Recently, the Defence Research and Development Organisation (DRDO) of India successfully tested its Quantum Communication Technology developed ingeniously.
The Defence Research and Development Laboratory (DRDL) HQ and the Research Centre Imarat (RCI) both situated in Hyderabad communicated with each other as part of the test. The success of the test demonstrated the implementation Quantum Key Distribution (QKD) that makes the communication far more secure than classical information technologies. The technology heavily relies on quantum mechanics, especially on wave-particle duality. Let’s understand it.
Wave-Particle Duality says that every wave has a particle nature and every particle has a wave nature. When the particle becomes smaller and smaller, its wave nature becomes increasingly dominant. When the particle becomes so small that it starts to obey the laws of Quantum Mechanics, or becomes a quantum particle, its wave nature is described by the Schrodinger’s wave equation.
The Schrodinger Wave Equation gives the wave function for any quantum particle, i.e. it can describe any quantum particle in terms of its wave nature. The specialty of the quantum wave function is that it collapses to behave as a particle the moment it is attempted to be measured or detected thus giving only a tiny part of the total information it originally was carrying as a wave.
Let’s imagine that X wants to send an end to end encrypted message via a classical EM signal to Y. For that, X ciphers (encodes) the message with the help of a formula to decipher the message ( key). X, then secretly sends the key to Y so that Y can decipher the message and read the intended contents. If Z, acting as a spy, somehow intercepts the communication at any point between X and Y, then Z can use reverse engineering to trace the key and eventually shall be able to decipher the message without X or Y knowing that their communication has been hacked. This makes communication less secure despite the highest possible security standards using classical information technology.

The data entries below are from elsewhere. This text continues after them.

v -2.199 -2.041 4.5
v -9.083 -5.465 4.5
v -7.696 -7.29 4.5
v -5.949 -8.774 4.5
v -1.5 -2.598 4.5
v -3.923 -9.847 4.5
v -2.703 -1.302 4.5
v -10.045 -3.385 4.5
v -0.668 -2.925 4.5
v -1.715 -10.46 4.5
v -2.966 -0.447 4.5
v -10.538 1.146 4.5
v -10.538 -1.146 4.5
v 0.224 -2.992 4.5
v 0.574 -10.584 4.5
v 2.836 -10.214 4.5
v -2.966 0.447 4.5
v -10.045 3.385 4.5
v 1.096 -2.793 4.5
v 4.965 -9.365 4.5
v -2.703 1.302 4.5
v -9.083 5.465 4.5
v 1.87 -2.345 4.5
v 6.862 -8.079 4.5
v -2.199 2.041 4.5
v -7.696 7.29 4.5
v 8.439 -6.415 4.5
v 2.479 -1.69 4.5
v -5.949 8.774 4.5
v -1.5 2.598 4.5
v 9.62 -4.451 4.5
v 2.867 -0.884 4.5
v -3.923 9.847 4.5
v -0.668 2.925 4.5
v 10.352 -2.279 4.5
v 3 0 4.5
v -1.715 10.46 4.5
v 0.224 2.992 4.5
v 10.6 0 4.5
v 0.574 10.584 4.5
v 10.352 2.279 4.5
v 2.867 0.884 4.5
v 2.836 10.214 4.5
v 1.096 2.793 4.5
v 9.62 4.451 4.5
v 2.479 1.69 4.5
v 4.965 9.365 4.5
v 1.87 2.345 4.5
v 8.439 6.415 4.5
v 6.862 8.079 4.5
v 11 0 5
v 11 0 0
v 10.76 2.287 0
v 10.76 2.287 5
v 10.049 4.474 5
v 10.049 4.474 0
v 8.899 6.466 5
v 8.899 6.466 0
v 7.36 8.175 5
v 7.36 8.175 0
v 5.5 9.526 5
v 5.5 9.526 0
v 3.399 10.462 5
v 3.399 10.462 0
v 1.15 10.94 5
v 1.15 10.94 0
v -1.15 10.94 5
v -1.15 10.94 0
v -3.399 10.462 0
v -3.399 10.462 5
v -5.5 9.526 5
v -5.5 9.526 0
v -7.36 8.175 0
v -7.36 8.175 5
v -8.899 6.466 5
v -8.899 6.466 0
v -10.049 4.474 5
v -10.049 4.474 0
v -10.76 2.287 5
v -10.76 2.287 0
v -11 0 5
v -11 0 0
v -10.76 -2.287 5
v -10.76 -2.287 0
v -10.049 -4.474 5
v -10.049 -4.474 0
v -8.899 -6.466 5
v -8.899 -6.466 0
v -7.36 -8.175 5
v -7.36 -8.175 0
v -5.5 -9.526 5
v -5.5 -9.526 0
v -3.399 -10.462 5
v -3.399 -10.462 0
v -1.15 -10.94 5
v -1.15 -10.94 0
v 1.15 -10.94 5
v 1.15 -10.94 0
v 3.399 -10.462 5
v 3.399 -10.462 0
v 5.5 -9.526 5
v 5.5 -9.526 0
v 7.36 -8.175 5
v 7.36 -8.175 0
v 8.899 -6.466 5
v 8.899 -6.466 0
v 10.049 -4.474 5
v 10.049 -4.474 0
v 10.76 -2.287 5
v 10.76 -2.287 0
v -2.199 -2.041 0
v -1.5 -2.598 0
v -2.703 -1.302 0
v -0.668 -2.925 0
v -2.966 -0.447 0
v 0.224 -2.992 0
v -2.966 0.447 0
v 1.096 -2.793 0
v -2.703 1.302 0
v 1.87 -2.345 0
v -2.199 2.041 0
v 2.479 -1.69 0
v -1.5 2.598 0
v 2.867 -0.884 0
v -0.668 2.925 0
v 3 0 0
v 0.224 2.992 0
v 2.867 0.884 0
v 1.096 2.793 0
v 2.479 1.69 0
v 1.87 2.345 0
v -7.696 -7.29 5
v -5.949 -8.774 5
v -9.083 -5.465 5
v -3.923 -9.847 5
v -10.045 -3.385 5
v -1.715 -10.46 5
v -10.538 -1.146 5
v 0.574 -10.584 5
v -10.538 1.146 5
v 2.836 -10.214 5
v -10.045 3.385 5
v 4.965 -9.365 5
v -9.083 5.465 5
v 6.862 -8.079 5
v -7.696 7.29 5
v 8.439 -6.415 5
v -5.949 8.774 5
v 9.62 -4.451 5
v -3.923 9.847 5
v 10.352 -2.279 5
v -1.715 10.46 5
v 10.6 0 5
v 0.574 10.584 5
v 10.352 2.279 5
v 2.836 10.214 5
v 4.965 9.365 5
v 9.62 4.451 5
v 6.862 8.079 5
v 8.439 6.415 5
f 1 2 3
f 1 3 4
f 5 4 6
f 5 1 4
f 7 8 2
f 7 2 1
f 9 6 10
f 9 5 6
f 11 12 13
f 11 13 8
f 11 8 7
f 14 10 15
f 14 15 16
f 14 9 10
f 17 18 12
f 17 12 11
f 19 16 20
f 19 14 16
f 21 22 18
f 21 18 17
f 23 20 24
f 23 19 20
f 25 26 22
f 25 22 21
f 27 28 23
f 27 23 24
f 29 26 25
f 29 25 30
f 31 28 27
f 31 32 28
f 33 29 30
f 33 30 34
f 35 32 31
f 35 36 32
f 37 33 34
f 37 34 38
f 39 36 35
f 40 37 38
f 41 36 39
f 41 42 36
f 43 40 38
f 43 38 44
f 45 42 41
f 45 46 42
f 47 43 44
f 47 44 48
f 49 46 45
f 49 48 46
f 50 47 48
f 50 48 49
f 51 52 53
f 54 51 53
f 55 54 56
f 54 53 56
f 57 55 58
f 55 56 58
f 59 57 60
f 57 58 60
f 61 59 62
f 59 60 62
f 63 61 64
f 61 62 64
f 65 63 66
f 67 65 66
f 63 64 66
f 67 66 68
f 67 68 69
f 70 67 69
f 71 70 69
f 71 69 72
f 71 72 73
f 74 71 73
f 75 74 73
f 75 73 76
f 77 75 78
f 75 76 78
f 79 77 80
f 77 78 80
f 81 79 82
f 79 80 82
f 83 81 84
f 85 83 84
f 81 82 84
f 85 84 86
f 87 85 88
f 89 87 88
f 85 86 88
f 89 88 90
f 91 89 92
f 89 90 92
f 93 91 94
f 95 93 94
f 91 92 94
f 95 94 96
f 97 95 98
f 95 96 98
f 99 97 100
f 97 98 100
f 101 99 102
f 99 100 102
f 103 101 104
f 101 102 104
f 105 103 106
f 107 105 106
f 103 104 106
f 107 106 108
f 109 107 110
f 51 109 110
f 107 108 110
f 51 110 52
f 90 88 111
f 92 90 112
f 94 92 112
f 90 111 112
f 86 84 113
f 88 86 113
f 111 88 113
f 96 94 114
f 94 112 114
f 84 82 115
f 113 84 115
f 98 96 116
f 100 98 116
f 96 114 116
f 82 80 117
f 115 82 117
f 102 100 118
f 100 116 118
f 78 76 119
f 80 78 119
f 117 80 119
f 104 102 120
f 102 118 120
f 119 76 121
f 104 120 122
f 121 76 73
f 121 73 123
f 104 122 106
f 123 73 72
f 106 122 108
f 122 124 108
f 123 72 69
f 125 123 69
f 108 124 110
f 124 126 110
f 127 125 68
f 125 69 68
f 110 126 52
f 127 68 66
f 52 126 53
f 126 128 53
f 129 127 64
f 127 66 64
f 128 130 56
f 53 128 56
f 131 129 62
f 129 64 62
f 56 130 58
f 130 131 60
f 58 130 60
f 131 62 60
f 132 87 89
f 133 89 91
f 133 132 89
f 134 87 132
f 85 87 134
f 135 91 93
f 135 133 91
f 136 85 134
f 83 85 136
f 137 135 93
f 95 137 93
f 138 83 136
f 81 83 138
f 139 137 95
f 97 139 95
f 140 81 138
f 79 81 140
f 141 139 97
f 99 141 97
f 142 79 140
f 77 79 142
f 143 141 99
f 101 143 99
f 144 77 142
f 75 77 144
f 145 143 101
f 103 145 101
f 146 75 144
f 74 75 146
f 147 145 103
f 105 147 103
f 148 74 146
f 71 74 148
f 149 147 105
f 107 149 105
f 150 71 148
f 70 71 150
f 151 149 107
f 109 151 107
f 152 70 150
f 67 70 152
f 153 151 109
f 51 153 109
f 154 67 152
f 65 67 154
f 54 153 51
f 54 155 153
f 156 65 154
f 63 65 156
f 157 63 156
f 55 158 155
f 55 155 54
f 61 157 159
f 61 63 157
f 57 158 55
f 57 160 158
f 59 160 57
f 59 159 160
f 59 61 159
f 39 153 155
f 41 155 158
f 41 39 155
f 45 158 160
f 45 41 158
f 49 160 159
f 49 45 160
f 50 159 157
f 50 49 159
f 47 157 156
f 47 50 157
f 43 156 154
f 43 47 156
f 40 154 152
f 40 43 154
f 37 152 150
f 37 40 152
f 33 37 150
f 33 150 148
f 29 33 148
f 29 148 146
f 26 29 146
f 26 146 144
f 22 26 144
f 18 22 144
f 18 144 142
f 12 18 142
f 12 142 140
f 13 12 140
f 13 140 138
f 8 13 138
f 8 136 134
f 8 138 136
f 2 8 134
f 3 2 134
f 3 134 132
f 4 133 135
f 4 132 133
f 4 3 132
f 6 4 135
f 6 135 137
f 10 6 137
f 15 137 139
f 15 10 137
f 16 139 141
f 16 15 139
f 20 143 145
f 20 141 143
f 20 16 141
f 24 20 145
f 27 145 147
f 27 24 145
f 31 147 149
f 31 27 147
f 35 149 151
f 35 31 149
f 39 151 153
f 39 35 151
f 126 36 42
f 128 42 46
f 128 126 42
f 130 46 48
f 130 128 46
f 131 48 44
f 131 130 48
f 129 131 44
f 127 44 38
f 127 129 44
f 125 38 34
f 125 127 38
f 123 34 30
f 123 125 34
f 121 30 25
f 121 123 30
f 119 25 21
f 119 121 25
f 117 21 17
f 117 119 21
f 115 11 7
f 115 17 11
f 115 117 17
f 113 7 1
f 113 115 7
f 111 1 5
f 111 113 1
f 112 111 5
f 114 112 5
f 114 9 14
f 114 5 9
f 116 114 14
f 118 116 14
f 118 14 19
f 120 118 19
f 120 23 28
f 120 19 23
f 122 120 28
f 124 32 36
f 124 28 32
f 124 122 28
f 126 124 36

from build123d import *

# Parameters (mm, degrees)
CYLINDER036_R     = 10.6
CYLINDER036_DEPTH = 10
CYLINDER034_R     = 3
CYLINDER034_DEPTH = 5
CYLINDER035_R     = 11
CYLINDER035_DEPTH = 5


with BuildPart() as cylinder036:
    # Cylinder036 → Cylinder036 (new body)
    with BuildSketch(Plane.XY.offset(4.5)):
        Circle(CYLINDER036_R)
    extrude(amount=CYLINDER036_DEPTH)


with BuildPart() as cylinder034:
    # Cylinder034 → Cylinder034 (new body)
    with BuildSketch(Plane.XY):
        Circle(CYLINDER034_R)
    extrude(amount=CYLINDER034_DEPTH)


with BuildPart() as cut030:
    # Cylinder035 → Cylinder035 (new body)
    with BuildSketch(Plane.XY):
        Circle(CYLINDER035_R)
    extrude(amount=CYLINDER035_DEPTH)

    # Cut029: cut Cylinder034
    add(cylinder034.part, mode=Mode.SUBTRACT)

    # Cut030: cut Cylinder036
    add(cylinder036.part, mode=Mode.SUBTRACT)


solid = cut030.part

However, in the case of Quantum Information Technology, the scenario is different. If X and Y use quantum communication, the encrypted signal is a quantum wave function which is only supposed to collapse at Y’s end after being sent by X. Thus it is designed to deliver the intended information to only Y. If Z tries to detect a part of the wave, thus making it to collapse at Z, the information delivered at Z won’t be the intended information that X wanted to send to Y. On top of it, the fact that a part of the quantum wave signal was intercepted midway will modify the unintercepted part of the signal generating a new key, called the Quantum Key that goes to both X and Y notifying both of them about the interception by Z. This advantage is based on Quantum Entanglement where any change to one of the particles entangled with another quantum mechanically, shall inadvertently modify the quantum state of the other.
In the entire process of Quantum Communication, there is one glaring problem. That is reducing the uncertainties at X and Y when the wave collapses or changes state. This is what Quantum Error Correction is all about.